Podcast: After Dark: Myths, Misdeeds & the Paranormal
Hosts: Anthony Delaney & Maddy Pelling
Episode Date: January 22, 2026
This episode of After Dark delves into the reality behind medieval leper colonies, unraveling the myths perpetuated by Victorian narratives and exploring the lived experiences of those affected by leprosy (Hansen's disease) from ancient times through the Middle Ages and beyond. The hosts, Anthony and Maddy, examine the blend of fear, charity, religion, and stigma associated with leprosy, the formation of medieval “leprosaria”, and how these institutions functioned as both sites of exclusion and surprising community.
"The Victorians, they have a lot to answer for, don’t they? ... This is another example of that." — Anthony (02:27)
"Certain things depicted or talked about as leprosy were probably tertiary syphilis." — Anthony (04:12)
"You would have either a clapper or a bell…It was twofold, the bell ringing. It was: I need help…and also, I'm coming, don’t come too close to me." — Anthony (10:08, 10:33)
"There's pity in it, isn't there?...He's having to bear the horrendousness of this disease in his lifetime." — Anthony (12:47)
"After this 14th-century innovation, people who don't have leprosy but might be on the margins of society are trying to get into the leper houses because they have such a good reputation for how clean it is." — Anthony (18:09)
"He reigned over civil wars...was still quite savvy politically and militarily...he's not ostracized in the same way." — Anthony (28:01–28:24)
On the Origins of the Leper Image:
"Ring your bell, O you lonely, lonely leper. Cry unclean as you wander all around... you're banished from this town." — Anthony (singing primary school hymn) (06:49)
On Iconography:
“The devil, rather fantastically, has red fire coming out of his mouth, his ears and his anus.” — Maddy (12:18)
On Royal Leprosy:
“It's interesting to see that he's not ostracized in the same way...he's not removed [from power].” — Anthony, referencing Baldwin IV (28:24)
Modern Perspective:
"Transmission, as I said, needs to be long term... If you think about Princess Diana…she was touching [lepers]...the medical professionals...knew there was no real chance of contagion. But to the press and the world, it was revolutionary." — Anthony (20:20–20:54)

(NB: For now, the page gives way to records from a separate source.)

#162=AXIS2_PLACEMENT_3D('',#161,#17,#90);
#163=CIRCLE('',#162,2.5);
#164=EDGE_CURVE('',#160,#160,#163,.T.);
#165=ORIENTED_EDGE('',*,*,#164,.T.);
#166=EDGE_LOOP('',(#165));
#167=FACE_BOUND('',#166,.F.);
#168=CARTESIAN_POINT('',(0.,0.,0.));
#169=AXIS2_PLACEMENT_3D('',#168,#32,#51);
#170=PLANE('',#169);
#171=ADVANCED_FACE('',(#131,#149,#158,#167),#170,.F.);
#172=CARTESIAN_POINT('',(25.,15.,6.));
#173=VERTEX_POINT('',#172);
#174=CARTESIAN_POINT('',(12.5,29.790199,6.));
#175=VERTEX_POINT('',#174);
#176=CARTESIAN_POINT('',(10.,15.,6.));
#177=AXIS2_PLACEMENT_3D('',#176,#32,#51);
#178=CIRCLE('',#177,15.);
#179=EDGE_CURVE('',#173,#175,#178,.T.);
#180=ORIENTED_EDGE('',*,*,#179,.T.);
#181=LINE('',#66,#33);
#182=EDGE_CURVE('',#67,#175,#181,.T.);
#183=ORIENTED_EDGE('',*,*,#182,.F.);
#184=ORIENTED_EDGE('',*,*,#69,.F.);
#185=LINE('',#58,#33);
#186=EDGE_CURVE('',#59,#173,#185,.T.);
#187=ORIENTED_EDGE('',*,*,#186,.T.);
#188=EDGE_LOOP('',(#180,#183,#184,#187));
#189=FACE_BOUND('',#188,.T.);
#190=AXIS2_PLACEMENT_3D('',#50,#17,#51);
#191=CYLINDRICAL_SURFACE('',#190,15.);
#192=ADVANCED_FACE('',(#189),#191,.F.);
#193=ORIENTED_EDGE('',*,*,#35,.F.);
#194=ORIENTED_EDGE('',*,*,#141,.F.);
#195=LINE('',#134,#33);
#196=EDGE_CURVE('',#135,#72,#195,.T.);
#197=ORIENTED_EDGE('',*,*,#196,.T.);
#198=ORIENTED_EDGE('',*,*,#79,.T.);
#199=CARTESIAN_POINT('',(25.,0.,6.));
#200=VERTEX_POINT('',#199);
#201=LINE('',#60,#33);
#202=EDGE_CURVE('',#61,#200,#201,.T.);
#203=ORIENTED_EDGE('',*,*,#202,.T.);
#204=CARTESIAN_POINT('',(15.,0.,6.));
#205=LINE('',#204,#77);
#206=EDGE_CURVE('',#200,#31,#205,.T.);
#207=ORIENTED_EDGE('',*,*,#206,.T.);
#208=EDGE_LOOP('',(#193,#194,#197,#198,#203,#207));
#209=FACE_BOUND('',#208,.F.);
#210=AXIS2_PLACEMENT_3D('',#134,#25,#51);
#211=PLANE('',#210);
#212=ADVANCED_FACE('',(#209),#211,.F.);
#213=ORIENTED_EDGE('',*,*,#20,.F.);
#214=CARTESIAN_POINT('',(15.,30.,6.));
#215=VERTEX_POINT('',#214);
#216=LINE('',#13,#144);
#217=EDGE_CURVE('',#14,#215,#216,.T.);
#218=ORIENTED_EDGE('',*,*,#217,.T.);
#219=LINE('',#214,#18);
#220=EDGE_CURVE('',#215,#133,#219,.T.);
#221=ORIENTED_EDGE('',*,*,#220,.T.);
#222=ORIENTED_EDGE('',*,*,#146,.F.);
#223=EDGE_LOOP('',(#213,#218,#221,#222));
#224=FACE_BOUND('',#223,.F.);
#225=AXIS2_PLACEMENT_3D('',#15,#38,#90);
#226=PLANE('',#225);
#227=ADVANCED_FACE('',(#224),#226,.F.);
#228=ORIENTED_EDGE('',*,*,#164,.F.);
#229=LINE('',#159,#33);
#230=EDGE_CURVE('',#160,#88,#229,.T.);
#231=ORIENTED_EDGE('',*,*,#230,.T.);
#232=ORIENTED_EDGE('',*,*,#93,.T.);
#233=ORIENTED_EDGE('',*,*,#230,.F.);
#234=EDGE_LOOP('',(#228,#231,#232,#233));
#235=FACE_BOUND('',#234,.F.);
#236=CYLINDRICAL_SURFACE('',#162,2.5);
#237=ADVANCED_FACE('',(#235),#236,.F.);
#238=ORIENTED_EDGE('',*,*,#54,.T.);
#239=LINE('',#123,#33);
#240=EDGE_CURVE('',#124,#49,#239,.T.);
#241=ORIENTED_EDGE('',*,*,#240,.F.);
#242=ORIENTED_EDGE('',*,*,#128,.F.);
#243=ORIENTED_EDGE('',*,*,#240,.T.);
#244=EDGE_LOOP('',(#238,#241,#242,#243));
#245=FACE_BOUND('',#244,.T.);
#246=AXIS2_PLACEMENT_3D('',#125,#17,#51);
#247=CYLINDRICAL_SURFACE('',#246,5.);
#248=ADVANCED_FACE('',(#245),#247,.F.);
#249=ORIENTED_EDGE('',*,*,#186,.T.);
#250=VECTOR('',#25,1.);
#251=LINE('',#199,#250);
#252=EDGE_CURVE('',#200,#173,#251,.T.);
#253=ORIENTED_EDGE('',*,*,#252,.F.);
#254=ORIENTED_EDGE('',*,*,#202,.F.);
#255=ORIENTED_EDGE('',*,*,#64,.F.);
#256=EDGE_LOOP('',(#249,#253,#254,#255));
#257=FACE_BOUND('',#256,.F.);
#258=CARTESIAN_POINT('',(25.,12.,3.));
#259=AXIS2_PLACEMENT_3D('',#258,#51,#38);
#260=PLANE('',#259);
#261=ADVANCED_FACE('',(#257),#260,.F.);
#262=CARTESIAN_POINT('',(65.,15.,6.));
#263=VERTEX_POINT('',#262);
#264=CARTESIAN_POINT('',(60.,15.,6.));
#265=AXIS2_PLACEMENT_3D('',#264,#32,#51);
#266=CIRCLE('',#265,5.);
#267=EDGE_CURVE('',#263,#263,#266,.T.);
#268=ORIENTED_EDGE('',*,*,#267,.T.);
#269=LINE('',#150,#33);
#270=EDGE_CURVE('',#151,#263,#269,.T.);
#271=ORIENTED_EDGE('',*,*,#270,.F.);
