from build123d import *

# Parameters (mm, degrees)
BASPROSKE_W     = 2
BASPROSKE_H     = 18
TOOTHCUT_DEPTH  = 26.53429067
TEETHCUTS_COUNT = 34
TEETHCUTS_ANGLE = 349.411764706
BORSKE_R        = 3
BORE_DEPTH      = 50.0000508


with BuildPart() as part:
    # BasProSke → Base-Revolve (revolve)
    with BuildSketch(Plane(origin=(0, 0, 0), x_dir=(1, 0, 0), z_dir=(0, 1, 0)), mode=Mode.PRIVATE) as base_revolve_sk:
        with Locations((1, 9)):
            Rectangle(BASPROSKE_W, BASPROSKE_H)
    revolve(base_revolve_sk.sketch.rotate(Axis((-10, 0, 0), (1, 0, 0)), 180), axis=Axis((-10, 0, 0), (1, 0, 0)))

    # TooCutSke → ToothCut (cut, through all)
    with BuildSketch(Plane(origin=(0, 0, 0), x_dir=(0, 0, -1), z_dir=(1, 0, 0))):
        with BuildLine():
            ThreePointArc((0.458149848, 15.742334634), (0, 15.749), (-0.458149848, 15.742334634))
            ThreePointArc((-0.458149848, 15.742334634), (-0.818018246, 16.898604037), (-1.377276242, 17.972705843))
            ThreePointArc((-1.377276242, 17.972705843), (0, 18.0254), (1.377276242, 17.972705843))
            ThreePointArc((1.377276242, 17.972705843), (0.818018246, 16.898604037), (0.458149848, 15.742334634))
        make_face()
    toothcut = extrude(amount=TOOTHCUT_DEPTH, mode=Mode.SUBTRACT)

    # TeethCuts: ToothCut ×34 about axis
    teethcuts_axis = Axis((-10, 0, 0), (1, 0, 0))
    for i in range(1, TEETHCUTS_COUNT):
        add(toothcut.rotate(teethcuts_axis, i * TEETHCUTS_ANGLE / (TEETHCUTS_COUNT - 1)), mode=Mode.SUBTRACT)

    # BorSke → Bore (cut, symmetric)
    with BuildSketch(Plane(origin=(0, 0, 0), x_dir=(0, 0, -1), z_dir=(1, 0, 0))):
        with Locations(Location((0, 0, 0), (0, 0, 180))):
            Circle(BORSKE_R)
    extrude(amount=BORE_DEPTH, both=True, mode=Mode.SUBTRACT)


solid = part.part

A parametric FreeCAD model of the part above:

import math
import FreeCAD as App
import Part
import Sketcher
Q = App.Units.Quantity


def add_polygon(sketch, points):
    """Adds a closed chain of lines whose ends are joined by coincident constraints."""
    first, n = sketch.GeometryCount, len(points)
    for a, b in zip(points, points[1:] + points[:1]):
        sketch.addGeometry(Part.LineSegment(App.Vector(*a, 0), App.Vector(*b, 0)), False)
    for i in range(n):
        sketch.addConstraint(Sketcher.Constraint("Coincident", first + i, 2, first + (i + 1) % n, 1))

doc = App.newDocument("Part")
body = doc.addObject("PartDesign::Body", "Body")

# Sketch on XZ plane
sketch1 = body.newObject("Sketcher::SketchObject", "Sketch")
sketch1.AttachmentSupport = (doc.getObject("XZ_Plane"), [""])
sketch1.MapMode = "FlatFace"
add_polygon(sketch1, [(0, -18), (0, 0), (2, 0), (2, -18)])  # lines 0-3
sketch1.addConstraint([
    Sketcher.Constraint("Vertical", 0),
    Sketcher.Constraint("Horizontal", 1),
    Sketcher.Constraint("Vertical", 2),
    Sketcher.Constraint("Horizontal", 3),
    Sketcher.Constraint("Coincident", 0, 2, -1, 1),
    Sketcher.Constraint("DistanceX", 1, 1, 1, 2, Q("2 mm")),
    Sketcher.Constraint("DistanceY", 0, 1, 0, 2, Q("18 mm")),
])
revolution = body.newObject("PartDesign::Revolution", "Revolution")
revolution.Profile = sketch1
revolution.ReferenceAxis = (sketch1, ["H_Axis"])
revolution.Angle = 360

# Sketch on YZ plane
sketch2 = body.newObject("Sketcher::SketchObject", "Sketch001")
sketch2.AttachmentSupport = (doc.getObject("YZ_Plane"), [""])
sketch2.MapMode = "FlatFace"
sketch2.addGeometry([
    Part.ArcOfCircle(Part.Circle(App.Vector(0, 0, 0), App.Vector(0, 0, 1), 15.7), math.radians(-1.67), math.radians(1.67)),
    Part.ArcOfCircle(Part.Circle(App.Vector(14.3, -7.1, 0), App.Vector(0, 0, 1), 6.8), math.radians(57), math.radians(78)),
    Part.ArcOfCircle(Part.Circle(App.Vector(0, 0, 0), App.Vector(0, 0, 1), 18), math.radians(-4.38), math.radians(4.38)),
    Part.ArcOfCircle(Part.Circle(App.Vector(14.3, 7.1, 0), App.Vector(0, 0, 1), 6.8), math.radians(-78), math.radians(-57)),
], False)
sketch2.addConstraint([
    Sketcher.Constraint("Coincident", 0, 1, 1, 2),
    Sketcher.Constraint("Coincident", 1, 1, 2, 1),
    Sketcher.Constraint("Coincident", 2, 2, 3, 2),
    Sketcher.Constraint("Coincident", 3, 1, 0, 2),
    Sketcher.Constraint("Coincident", 0, 3, -1, 1),
    Sketcher.Constraint("Coincident", 2, 3, -1, 1),
    Sketcher.Constraint("Equal", 1, 3),
    Sketcher.Constraint("Symmetric", 1, 3, 3, 3, -1),
    Sketcher.Constraint("Radius", 1, Q("6.8 mm")),
    Sketcher.Constraint("Radius", 0, Q("15.749001 mm")),
    Sketcher.Constraint("Radius", 2, Q("18.0254 mm")),
    Sketcher.Constraint("DistanceY", 0, 1, 3, 1, Q("0.9163 mm")),
    Sketcher.Constraint("DistanceX", 1, 3, 0, 1, Q("1.434608 mm")),
])
pocket1 = body.newObject("PartDesign::Pocket", "Pocket")
pocket1.Profile = sketch2
pocket1.Type = "ThroughAll"
pocket1.Reversed = True
doc.recompute()

polarpattern = body.newObject("PartDesign::PolarPattern", "PolarPattern")
polarpattern.Originals = [pocket1]
polarpattern.Axis = (doc.getObject("X_Axis"), [""])
polarpattern.Angle = 360
polarpattern.Occurrences = 34
body.Tip = polarpattern

# Sketch on YZ plane
sketch3 = body.newObject("Sketcher::SketchObject", "Sketch002")
sketch3.AttachmentSupport = (doc.getObject("YZ_Plane"), [""])
sketch3.MapMode = "FlatFace"
sketch3.addGeometry(Part.Circle(App.Vector(0, 0, 0), App.Vector(0, 0, 1), 3), False)
sketch3.addConstraint([
    Sketcher.Constraint("Coincident", 0, 3, -1, 1),
    Sketcher.Constraint("Diameter", 0, Q("6 mm")),
])
pocket2 = body.newObject("PartDesign::Pocket", "Pocket001")
pocket2.Profile = sketch3
pocket2.Length = 100.000102
pocket2.Midplane = True

doc.recompute()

The conversation is frank, inquisitive, and laced with dry wit and empathy. Anthony and Maddy combine historical scholarship with droll anecdotes and critical reflection, giving space for both the human cost and the mythic baggage attached to medieval leprosy. Their approachable, conversational style ensures historical depth is accessible—balancing gravity (e.g., suffering, ostracization) with humor (e.g., fire-breathing devils, school hymns), making the episode both informative and engaging.
This episode challenges the audience to reconsider what they know about leprosy and its sufferers, moving beyond dark legend toward an understanding of both suffering and humanity inside medieval leper colonies. The interplay between scientific progress, religious stigma, and the enduring power of myth is at the heart of this haunting and thought-provoking exploration.